John Heath established his stationery business in 1852, delivering office products around the Birmingham area and later into other parts of the country.

According to a trade press article in The British & Colonial Printer and Stationer, 1892,

" John Heath was the originator of a plan of displaying the miscellanea of the stationery trade that has contributed more than any other that we know to the fostering of small sales, with consequent profits. Gradually other houses adopted the same method of showing their wares."

In February of 1993 John Heath acquired Neville and Gladstone, another national wholesaler of office products. Neville and Gladstone had themselves previously acquired Pilot Stationers, Brady and Hunt and Beaumonts Furniture. N & G also introduced their own Punchline brand subsequently adopted by John Heath.

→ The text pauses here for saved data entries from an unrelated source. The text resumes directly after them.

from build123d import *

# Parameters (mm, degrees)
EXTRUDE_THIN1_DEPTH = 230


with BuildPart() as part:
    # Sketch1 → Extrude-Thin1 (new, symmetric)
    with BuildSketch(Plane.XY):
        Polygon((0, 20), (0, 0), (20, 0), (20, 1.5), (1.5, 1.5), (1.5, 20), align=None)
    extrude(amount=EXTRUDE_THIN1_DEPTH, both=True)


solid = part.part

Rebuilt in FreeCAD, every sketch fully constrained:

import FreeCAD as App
import Part
import Sketcher


def add_polygon(sketch, points):
    """Adds a closed chain of lines whose ends are joined by coincident constraints."""
    first, n = sketch.GeometryCount, len(points)
    for a, b in zip(points, points[1:] + points[:1]):
        sketch.addGeometry(Part.LineSegment(App.Vector(*a, 0), App.Vector(*b, 0)), False)
    for i in range(n):
        sketch.addConstraint(Sketcher.Constraint("Coincident", first + i, 2, first + (i + 1) % n, 1))

doc = App.newDocument("Part")
body = doc.addObject("PartDesign::Body", "Body")

# Sketch on XY plane
sketch1 = body.newObject("Sketcher::SketchObject", "Sketch")
sketch1.AttachmentSupport = (doc.getObject("XY_Plane"), [""])
sketch1.MapMode = "FlatFace"
add_polygon(sketch1, [(0, 20), (0, 0), (20, 0), (20, 1.5), (1.5, 1.5), (1.5, 20)])  # lines 0-5
sketch1.addConstraint(Sketcher.Constraint("Vertical", 0))
sketch1.addConstraint(Sketcher.Constraint("Horizontal", 1))
sketch1.addConstraint(Sketcher.Constraint("Vertical", 2))
sketch1.addConstraint(Sketcher.Constraint("Horizontal", 3))
sketch1.addConstraint(Sketcher.Constraint("Vertical", 4))
sketch1.addConstraint(Sketcher.Constraint("Horizontal", 5))
sketch1.addConstraint(Sketcher.Constraint("Coincident", 0, 2, -1, 1))
sketch1.addConstraint(Sketcher.Constraint("Equal", 1, 0))
sketch1.addConstraint(Sketcher.Constraint("Equal", 5, 2))
sketch1.addConstraint(Sketcher.Constraint("DistanceX", 1, 1, 1, 2, 20.0))
sketch1.addConstraint(Sketcher.Constraint("DistanceX", 3, 2, 3, 1, 18.5))
pad1 = body.newObject("PartDesign::Pad", "Pad")
pad1.Profile = sketch1
pad1.Length = 460
pad1.Midplane = True

doc.recompute()
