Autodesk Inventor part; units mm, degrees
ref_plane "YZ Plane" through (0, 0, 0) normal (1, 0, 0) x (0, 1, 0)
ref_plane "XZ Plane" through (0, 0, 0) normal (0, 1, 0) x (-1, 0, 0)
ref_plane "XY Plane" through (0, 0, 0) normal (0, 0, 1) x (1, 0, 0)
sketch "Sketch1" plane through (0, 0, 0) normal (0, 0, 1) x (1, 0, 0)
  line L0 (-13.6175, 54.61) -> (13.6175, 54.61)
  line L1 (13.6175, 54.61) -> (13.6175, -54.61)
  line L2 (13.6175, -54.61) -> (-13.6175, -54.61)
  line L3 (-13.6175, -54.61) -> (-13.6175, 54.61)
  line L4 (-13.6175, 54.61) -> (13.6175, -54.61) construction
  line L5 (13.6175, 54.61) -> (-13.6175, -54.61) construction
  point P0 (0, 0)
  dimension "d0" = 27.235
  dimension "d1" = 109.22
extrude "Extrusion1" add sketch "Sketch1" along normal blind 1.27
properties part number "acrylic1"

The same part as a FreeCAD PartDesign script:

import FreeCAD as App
import Part
import Sketcher
Q = App.Units.Quantity

doc = App.newDocument("Part")
body = doc.addObject("PartDesign::Body", "Body")

# Sketch on XY plane
sketch1 = body.newObject("Sketcher::SketchObject", "Sketch")
sketch1.AttachmentSupport = (doc.getObject("XY_Plane"), [""])
sketch1.MapMode = "FlatFace"
sketch1.addGeometry([
    Part.LineSegment(App.Vector(14, 55, 0), App.Vector(-14, 55, 0)),
    Part.LineSegment(App.Vector(-14, 55, 0), App.Vector(-14, -55, 0)),
    Part.LineSegment(App.Vector(-14, -55, 0), App.Vector(14, -55, 0)),
    Part.LineSegment(App.Vector(14, -55, 0), App.Vector(14, 55, 0)),
], False)
sketch1.addConstraint([
    Sketcher.Constraint("Coincident", 0, 2, 1, 1),
    Sketcher.Constraint("Coincident", 1, 2, 2, 1),
    Sketcher.Constraint("Coincident", 2, 2, 3, 1),
    Sketcher.Constraint("Coincident", 3, 2, 0, 1),
    Sketcher.Constraint("Horizontal", 0),
    Sketcher.Constraint("Vertical", 1),
    Sketcher.Constraint("Horizontal", 2),
    Sketcher.Constraint("Vertical", 3),
    Sketcher.Constraint("Symmetric", 0, 2, 2, 2, -1, 1),
    Sketcher.Constraint("DistanceY", 1, 2, 1, 1, Q("4.3 in")),
    Sketcher.Constraint("DistanceX", 0, 2, 0, 1, Q("27.235 mm")),
])
pad1 = body.newObject("PartDesign::Pad", "Pad")
pad1.Profile = sketch1
pad1.Length = Q("0.05 in")

doc.recompute()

Kingfield Heath was formed in October 1999 by the acquisition of John Heath and Co, the oldest office products wholesaler in the UK, by Kingfield Wholesale Office Supplies.

Between 2000 and 2002 the company set about an ambitious integration of the two companies. The transition included relocation to a new purpose built headquarters in Sheffield and the investment of £20 million in a new 11,000,000 cu ft. Distribution Centre at the heart of the UK motorway network at Magna Park in Leicestershire.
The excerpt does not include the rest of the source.